Legal costs incurred in connection with a loss contingency are expensed as incurred.

 

(o) Concentrations of Credit Risk

 

Financial instruments, which potentially subject the Company to concentrations of credit risk, consist primarily of trade accounts receivable and derivative financial instruments. Management believes the risk is limited since the Company's customers represent a broad and diverse group of energy marketers and end users. In addition, the Company continually monitors and reviews credit exposure to its marketing counter-parties and letters of credit or other appropriate security are obtained as considered necessary to limit the risk of loss. The Company records reserves for uncollectible accounts on a specific identification basis since there is not a large volume of late paying customers. The Company had a reserve for uncollectible receivables as of December 31, 2011, 2010 and 2009 of $0.4 million, $0.2 million and $0.4 million, respectively.

 

During the year ended December 31, 2011, the Company had only one customer that represented greater than 10.0% individually of its revenue. The customer is located in the LIG segment and represented 12.3% of the consolidated revenue for the year ended December 31, 2011. During the year ended December 31, 2010, three customers accounted for 14.5%, 10.6%, 10.2% of consolidated revenue. During the year ended December 31, 2009, one customer accounted for 12.2% of the consolidated revenue including discontinued operations. As the Company continues to grow and expand, the relationship between individual customer sales and consolidated total sales is expected to continue to change.
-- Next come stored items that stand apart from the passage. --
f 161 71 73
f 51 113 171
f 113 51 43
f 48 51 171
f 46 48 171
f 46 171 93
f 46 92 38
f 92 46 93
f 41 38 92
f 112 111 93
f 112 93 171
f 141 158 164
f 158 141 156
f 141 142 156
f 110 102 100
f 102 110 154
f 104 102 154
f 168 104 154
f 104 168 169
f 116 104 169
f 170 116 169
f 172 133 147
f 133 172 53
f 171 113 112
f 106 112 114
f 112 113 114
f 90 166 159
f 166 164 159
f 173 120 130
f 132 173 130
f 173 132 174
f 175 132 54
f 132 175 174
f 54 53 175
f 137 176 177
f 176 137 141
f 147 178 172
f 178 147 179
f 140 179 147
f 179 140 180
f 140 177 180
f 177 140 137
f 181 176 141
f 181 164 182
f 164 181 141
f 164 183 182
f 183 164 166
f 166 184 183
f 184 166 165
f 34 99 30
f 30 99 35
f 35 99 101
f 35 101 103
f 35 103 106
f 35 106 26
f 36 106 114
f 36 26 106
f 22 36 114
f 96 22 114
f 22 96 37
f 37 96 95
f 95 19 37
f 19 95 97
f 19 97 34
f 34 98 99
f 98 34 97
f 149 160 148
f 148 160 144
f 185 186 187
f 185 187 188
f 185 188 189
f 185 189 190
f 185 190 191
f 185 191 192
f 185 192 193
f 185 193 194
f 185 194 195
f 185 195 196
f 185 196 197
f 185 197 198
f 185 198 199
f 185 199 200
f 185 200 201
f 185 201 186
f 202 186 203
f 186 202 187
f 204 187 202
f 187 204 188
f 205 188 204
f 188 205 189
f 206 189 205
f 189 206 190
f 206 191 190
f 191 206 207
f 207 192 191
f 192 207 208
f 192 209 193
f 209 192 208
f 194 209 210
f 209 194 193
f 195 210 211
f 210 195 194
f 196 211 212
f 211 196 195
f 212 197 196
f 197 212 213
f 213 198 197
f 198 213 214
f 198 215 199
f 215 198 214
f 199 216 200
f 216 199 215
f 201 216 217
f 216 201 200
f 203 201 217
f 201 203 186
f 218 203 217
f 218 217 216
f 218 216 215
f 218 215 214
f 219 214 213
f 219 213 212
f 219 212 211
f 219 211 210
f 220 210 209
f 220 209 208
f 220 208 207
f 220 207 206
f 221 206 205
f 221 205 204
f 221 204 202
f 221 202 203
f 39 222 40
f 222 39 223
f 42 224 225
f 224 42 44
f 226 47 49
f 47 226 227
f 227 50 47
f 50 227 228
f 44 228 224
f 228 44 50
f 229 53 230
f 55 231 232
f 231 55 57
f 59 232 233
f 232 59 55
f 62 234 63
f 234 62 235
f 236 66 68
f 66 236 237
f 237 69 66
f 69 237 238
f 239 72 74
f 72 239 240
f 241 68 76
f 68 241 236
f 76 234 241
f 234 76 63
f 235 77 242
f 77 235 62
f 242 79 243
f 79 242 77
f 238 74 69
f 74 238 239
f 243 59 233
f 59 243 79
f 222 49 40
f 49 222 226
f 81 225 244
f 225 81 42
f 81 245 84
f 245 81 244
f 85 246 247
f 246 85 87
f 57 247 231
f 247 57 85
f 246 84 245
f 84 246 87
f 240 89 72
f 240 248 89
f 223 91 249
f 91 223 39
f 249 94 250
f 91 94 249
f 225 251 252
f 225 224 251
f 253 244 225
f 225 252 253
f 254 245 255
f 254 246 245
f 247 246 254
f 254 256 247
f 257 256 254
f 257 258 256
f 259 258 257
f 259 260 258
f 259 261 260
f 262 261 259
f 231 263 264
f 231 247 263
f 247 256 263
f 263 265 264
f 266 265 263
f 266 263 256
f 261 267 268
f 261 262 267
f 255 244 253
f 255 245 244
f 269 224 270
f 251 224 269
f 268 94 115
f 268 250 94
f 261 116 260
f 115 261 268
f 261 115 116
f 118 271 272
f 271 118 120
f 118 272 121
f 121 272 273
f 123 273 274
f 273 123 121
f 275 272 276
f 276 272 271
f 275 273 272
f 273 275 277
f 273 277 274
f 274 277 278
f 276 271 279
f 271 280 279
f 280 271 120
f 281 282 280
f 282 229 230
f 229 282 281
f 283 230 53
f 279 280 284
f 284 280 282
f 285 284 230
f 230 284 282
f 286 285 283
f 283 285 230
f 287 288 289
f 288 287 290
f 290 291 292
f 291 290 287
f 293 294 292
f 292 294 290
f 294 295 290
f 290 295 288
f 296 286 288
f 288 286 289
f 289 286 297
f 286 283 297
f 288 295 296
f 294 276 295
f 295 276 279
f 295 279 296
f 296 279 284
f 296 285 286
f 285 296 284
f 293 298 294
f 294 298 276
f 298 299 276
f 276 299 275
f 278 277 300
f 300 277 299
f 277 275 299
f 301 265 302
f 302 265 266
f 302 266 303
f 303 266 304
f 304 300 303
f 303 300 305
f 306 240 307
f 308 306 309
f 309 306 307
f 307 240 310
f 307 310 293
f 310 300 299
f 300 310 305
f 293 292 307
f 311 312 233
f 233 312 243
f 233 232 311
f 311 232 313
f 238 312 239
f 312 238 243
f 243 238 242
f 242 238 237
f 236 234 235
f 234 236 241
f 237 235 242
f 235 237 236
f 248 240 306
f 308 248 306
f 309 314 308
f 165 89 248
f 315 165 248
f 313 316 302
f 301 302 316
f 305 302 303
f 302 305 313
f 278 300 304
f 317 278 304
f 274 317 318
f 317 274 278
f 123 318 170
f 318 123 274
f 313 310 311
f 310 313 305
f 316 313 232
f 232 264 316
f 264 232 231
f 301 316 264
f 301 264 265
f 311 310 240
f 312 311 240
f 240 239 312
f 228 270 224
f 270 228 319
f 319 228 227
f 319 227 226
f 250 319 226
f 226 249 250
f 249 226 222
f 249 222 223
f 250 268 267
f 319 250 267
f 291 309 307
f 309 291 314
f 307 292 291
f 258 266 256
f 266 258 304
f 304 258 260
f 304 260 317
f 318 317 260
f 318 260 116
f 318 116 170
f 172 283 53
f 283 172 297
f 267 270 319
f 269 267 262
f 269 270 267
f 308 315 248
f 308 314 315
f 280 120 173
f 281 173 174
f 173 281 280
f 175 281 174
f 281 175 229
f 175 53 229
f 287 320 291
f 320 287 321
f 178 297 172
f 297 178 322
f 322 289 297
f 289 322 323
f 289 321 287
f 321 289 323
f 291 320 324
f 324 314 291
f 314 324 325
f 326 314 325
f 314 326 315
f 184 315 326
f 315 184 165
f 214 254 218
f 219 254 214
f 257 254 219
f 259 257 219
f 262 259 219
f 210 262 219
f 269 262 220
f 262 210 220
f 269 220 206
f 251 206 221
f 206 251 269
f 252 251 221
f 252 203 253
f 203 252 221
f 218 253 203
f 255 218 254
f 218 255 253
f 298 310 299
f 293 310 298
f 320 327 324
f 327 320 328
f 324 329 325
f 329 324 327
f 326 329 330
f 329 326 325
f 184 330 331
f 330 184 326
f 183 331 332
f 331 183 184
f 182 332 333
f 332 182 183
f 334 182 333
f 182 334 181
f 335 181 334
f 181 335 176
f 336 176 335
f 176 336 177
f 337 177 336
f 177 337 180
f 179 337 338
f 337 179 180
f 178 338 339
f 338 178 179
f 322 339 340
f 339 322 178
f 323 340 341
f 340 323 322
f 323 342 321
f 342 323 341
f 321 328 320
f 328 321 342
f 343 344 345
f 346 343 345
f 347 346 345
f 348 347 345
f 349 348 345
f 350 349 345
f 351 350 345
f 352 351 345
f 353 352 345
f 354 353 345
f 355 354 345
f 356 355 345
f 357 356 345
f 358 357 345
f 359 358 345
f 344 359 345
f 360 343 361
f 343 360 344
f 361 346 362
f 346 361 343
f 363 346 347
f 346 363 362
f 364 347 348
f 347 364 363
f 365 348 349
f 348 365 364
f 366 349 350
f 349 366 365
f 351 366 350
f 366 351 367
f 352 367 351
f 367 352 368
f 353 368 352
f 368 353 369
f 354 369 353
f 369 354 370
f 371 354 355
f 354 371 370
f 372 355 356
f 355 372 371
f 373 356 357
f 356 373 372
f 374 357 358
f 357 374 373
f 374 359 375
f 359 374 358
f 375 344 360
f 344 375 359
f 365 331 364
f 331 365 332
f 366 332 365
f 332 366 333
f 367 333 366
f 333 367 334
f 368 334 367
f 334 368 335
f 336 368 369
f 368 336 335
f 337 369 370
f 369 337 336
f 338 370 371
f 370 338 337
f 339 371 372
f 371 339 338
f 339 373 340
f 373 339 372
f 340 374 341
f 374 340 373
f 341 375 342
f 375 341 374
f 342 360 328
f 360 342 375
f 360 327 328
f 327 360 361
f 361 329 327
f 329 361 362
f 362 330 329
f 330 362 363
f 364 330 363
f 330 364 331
While these customers represent a significant percentage of revenues, the loss of these customers would not have a material adverse impact on the Company's results of operations because the gross operating margin received from transactions with these customers are not material to the Company's gross operating margin.

(p) Environmental Costs

 

Environmental expenditures are expensed or capitalized as appropriate, depending on the nature of the expenditures and their future economic benefit. Expenditures that related to an existing condition caused by past operations that do not contribute to current or future revenue generation are expensed. Liabilities for these expenditures are recorded on an undiscounted basis (or a discounted basis when the obligation can be settled at fixed and determinable amounts) when environmental assessments or clean-ups are probable and the costs can be reasonably estimated. For the years ended December 31, 2011, 2010 and 2009, such expenditures were not significant.

 

(q) Share-Based Awards

 

The Company recognizes compensation cost related to all stock-based awards, including stock options, in its consolidated financial statements in accordance with FASB ASC 718. The Partnership and CEI each have similar unit or share-based payment plans for employees, which are described below. Share-based compensation associated with the CEI share-based compensation plans awarded to officers and employees of the Partnership are recorded by the Partnership since CEI has no operating activities other than its interest in the Partnership. Amounts recognized in the consolidated financial statements with respect to these plans are as follows (in thousands):

 

           
   Years Ended December 31,
   2011 2010 2009
Cost of share-based compensation charged to general and administrative         
  expense $6,405 $8,246 $7,075
Cost of share-based compensation charged to operating expense   1,151  1,323  1,667
Total amount charged to income $7,556 $9,569 $8,742
Interest of non-controlling partners in share-based compensation $3,052 $3,900 $3,729
Amount of related income tax benefit recognized in income $1,670 $2,038 $1,871

(r) Recent Accounting Pronouncements

 

We have reviewed recently issued accounting pronouncements that became effective during the year ended December 31, 2011, and have determined that none would have a material impact on our Consolidated Financial Statements.